Difference: companies are not pushing their employees to use stack overflow. Stack overflow doesn't waste massive amounts of water and energy. Stack overflow does not easily abuse millions of copyrights in a second by scraping without permission.
Another difference: stack overflow tells you you are wrong or tells you and do your own research or to read the manual (which in a high percentage of cases is the right answer). It doesn't tell you that you are right and proceeds to hallucinate some non-existent flags for some command invocation.

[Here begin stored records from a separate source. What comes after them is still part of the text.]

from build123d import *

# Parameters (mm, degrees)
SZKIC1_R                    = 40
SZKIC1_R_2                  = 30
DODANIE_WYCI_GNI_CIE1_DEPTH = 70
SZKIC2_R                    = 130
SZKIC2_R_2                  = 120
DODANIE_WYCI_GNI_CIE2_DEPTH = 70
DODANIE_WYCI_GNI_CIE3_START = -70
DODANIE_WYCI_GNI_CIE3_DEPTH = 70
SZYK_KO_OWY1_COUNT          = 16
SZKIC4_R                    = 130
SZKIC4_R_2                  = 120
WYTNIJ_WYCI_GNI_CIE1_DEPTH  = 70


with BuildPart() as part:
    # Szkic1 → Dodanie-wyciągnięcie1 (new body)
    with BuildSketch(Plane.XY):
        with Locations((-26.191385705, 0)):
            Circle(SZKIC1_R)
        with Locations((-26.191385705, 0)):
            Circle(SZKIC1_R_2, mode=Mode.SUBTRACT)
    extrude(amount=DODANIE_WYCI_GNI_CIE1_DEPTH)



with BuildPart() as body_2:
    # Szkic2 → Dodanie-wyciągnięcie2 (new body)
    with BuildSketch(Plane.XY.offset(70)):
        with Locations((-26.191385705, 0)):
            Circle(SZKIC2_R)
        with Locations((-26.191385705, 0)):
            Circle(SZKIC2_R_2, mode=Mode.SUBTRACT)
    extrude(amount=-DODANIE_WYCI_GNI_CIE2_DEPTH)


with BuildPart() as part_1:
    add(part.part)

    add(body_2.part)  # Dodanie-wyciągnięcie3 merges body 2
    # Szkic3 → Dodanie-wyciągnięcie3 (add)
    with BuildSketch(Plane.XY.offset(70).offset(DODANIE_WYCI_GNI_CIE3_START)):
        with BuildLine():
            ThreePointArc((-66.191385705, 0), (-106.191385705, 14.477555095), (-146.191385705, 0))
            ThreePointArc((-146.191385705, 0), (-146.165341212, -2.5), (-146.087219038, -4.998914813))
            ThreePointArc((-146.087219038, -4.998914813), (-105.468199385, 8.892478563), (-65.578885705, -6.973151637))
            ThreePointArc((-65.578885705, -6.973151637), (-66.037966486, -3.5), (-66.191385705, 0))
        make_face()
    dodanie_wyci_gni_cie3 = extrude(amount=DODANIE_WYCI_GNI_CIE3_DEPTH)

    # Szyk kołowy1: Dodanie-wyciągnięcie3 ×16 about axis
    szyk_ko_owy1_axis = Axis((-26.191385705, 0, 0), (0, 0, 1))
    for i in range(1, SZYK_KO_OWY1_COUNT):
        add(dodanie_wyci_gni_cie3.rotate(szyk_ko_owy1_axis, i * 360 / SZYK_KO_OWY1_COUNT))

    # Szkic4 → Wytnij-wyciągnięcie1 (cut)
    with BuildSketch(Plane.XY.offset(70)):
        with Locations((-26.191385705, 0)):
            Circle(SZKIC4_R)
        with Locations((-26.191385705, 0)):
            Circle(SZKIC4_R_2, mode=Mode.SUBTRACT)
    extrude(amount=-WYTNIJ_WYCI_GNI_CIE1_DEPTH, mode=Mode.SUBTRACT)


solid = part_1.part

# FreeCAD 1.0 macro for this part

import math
import FreeCAD as App
import Part
import Sketcher
from FreeCAD import Vector
Q = App.Units.Quantity

doc = App.newDocument("Part")
body = doc.addObject("PartDesign::Body", "Body")

sketch1 = body.newObject("Sketcher::SketchObject", "Sketch")
sketch1.AttachmentSupport = (doc.getObject("XY_Plane"), [""])
sketch1.MapMode = "FlatFace"
sketch1.addGeometry(Part.Circle(Vector(-26, 0, 0), Vector(0, 0, 1), 40), False)
sketch1.addGeometry(Part.Circle(Vector(-26, 0, 0), Vector(0, 0, 1), 30), False)
sketch1.addConstraint(Sketcher.Constraint("Coincident", 1, 3, 0, 3))
sketch1.addConstraint(Sketcher.Constraint("PointOnObject", 0, 3, -1))
sketch1.addConstraint(Sketcher.Constraint("Diameter", 0, Q("80 mm")))
sketch1.addConstraint(Sketcher.Constraint("Diameter", 1, Q("60 mm")))
sketch1.addConstraint(Sketcher.Constraint("DistanceX", 0, 3, -1, 1, Q("26.191386 mm")))
pad1 = body.newObject("PartDesign::Pad", "Pad")
pad1.Profile = sketch1
pad1.Length = 70
body2 = doc.addObject("PartDesign::Body", "Body001")

sketch2 = body2.newObject("Sketcher::SketchObject", "Sketch001")
sketch2.AttachmentSupport = (doc.getObject("XY_Plane001"), [""])
sketch2.MapMode = "FlatFace"
sketch2.AttachmentOffset = App.Placement(Vector(0, 0, 70), App.Rotation())
sketch2.addGeometry(Part.Circle(Vector(-26, 0, 0), Vector(0, 0, 1), 130), False)
sketch2.addGeometry(Part.Circle(Vector(-26, 0, 0), Vector(0, 0, 1), 120), False)
sketch2.addConstraint(Sketcher.Constraint("Coincident", 1, 3, 0, 3))
sketch2.addConstraint(Sketcher.Constraint("PointOnObject", 0, 3, -1))
sketch2.addConstraint(Sketcher.Constraint("Diameter", 0, Q("260 mm")))
sketch2.addConstraint(Sketcher.Constraint("Diameter", 1, Q("240 mm")))
sketch2.addConstraint(Sketcher.Constraint("DistanceX", 0, 3, -1, 1, Q("26.191386 mm")))
pad2 = body2.newObject("PartDesign::Pad", "Pad001")
pad2.Profile = sketch2
pad2.Length = 70
pad2.Reversed = True
body.AllowCompound = True
doc.recompute()

boolean = body.newObject("PartDesign::Boolean", "Boolean")
boolean.Type = "Fuse"
boolean.addObjects([body2])

sketch3 = body.newObject("Sketcher::SketchObject", "Sketch002")
sketch3.AttachmentSupport = (doc.getObject("XY_Plane"), [""])
sketch3.MapMode = "FlatFace"
sketch3.addGeometry(Part.ArcOfCircle(Part.Circle(Vector(-106, -48, 0), Vector(0, 0, 1), 62), math.radians(50), math.radians(130)), False)
sketch3.addGeometry(Part.ArcOfCircle(Part.Circle(Vector(-26, 0, 0), Vector(0, 0, 1), 120), math.radians(180), math.radians(182.39)), False)
sketch3.addGeometry(Part.ArcOfCircle(Part.Circle(Vector(-107, -53, 0), Vector(0, 0, 1), 62), math.radians(48), math.radians(129)), False)
sketch3.addGeometry(Part.ArcOfCircle(Part.Circle(Vector(-26, 0, 0), Vector(0, 0, 1), 40), math.radians(-180), math.radians(-169.96)), False)
sketch3.addConstraint(Sketcher.Constraint("Coincident", 0, 2, 1, 1))
sketch3.addConstraint(Sketcher.Constraint("Coincident", 1, 2, 2, 2))
sketch3.addConstraint(Sketcher.Constraint("Coincident", 2, 1, 3, 2))
sketch3.addConstraint(Sketcher.Constraint("Coincident", 3, 1, 0, 1))
sketch3.addConstraint(Sketcher.Constraint("Coincident", 3, 3, 1, 3))
sketch3.addConstraint(Sketcher.Constraint("PointOnObject", 1, 3, -1))
sketch3.addConstraint(Sketcher.Constraint("PointOnObject", 0, 2, -1))
sketch3.addConstraint(Sketcher.Constraint("PointOnObject", 3, 1, -1))
sketch3.addConstraint(Sketcher.Constraint("Radius", 1, Q("119.999999 mm")))
sketch3.addConstraint(Sketcher.Constraint("Radius", 3, Q("40 mm")))
sketch3.addConstraint(Sketcher.Constraint("Radius", 0, Q("62.496726 mm")))
sketch3.addConstraint(Sketcher.Constraint("Radius", 2, Q("61.912164 mm")))
sketch3.addConstraint(Sketcher.Constraint("DistanceX", 2, 1, 1, 3, Q("39.387499 mm")))
sketch3.addConstraint(Sketcher.Constraint("DistanceY", 2, 3, -1, 1, Q("53.001079 mm")))
sketch3.addConstraint(Sketcher.Constraint("DistanceX", 1, 2, -1, 1, Q("146.087219 mm")))
pad3 = body.newObject("PartDesign::Pad", "Pad002")
pad3.Profile = sketch3
pad3.Length = 70
doc.recompute()

datumline = body.newObject("PartDesign::Line", "DatumLine")
datumline.Placement = App.Placement(Vector(-26.191386, 0, 0), App.Rotation(Vector(0, 0, 1), Vector(0, 0, 1)))
polarpattern = body.newObject("PartDesign::PolarPattern", "PolarPattern")
polarpattern.Originals = [pad3]
polarpattern.Axis = (datumline, [""])
polarpattern.Angle = 360
polarpattern.Occurrences = 16
body.Tip = polarpattern

sketch4 = body.newObject("Sketcher::SketchObject", "Sketch003")
sketch4.AttachmentSupport = (doc.getObject("XY_Plane"), [""])
sketch4.MapMode = "FlatFace"
sketch4.AttachmentOffset = App.Placement(Vector(0, 0, 70), App.Rotation())
sketch4.addGeometry(Part.Circle(Vector(-26, 0, 0), Vector(0, 0, 1), 130), False)
sketch4.addGeometry(Part.Circle(Vector(-26, 0, 0), Vector(0, 0, 1), 120), False)
sketch4.addConstraint(Sketcher.Constraint("Coincident", 1, 3, 0, 3))
sketch4.addConstraint(Sketcher.Constraint("PointOnObject", 0, 3, -1))
sketch4.addConstraint(Sketcher.Constraint("Diameter", 0, Q("260 mm")))
sketch4.addConstraint(Sketcher.Constraint("Diameter", 1, Q("240 mm")))
sketch4.addConstraint(Sketcher.Constraint("DistanceX", 0, 3, -1, 1, Q("26.191386 mm")))
pocket1 = body.newObject("PartDesign::Pocket", "Pocket")
pocket1.Profile = sketch4
pocket1.Length = 70

doc.recompute()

This is a problem but it's a known one which both Google and Anthropic seem to be making progress towards solving. I've had a full on argument with Gemini 3 where it turned out I was wrong and it correctly stuck to its guns and wouldn't let me convince it otherwise. It eventually got through to me about the mistake I made and I learned something useful from it. Sonnet and Opus are still a bit too happy to tell you "you're absolutely right" but I've noticed more pushback creeping in in the right places. It's a tough balance to get right, nobody wants to pay for a service that just tells them "no" whenever they want to try something silly or unconventional.
There have been lots of tools and resources that have promised (and delivered!) increased programming productivity.
Individual results may vary, but it seems credible that thoroughly learning and using an editor like Vim or Emacs could yield a 2x productivity boost. For the most part, this has never really been pushed. If a programmer wanted to use Nano (or Notepad!), some may have found that odd, but nobody really cared. Use whatever editor you like. Even if it means leaving a 2x productivity boost on the table!
Why is it being pushed so hard that AI coding tools in particular must be used?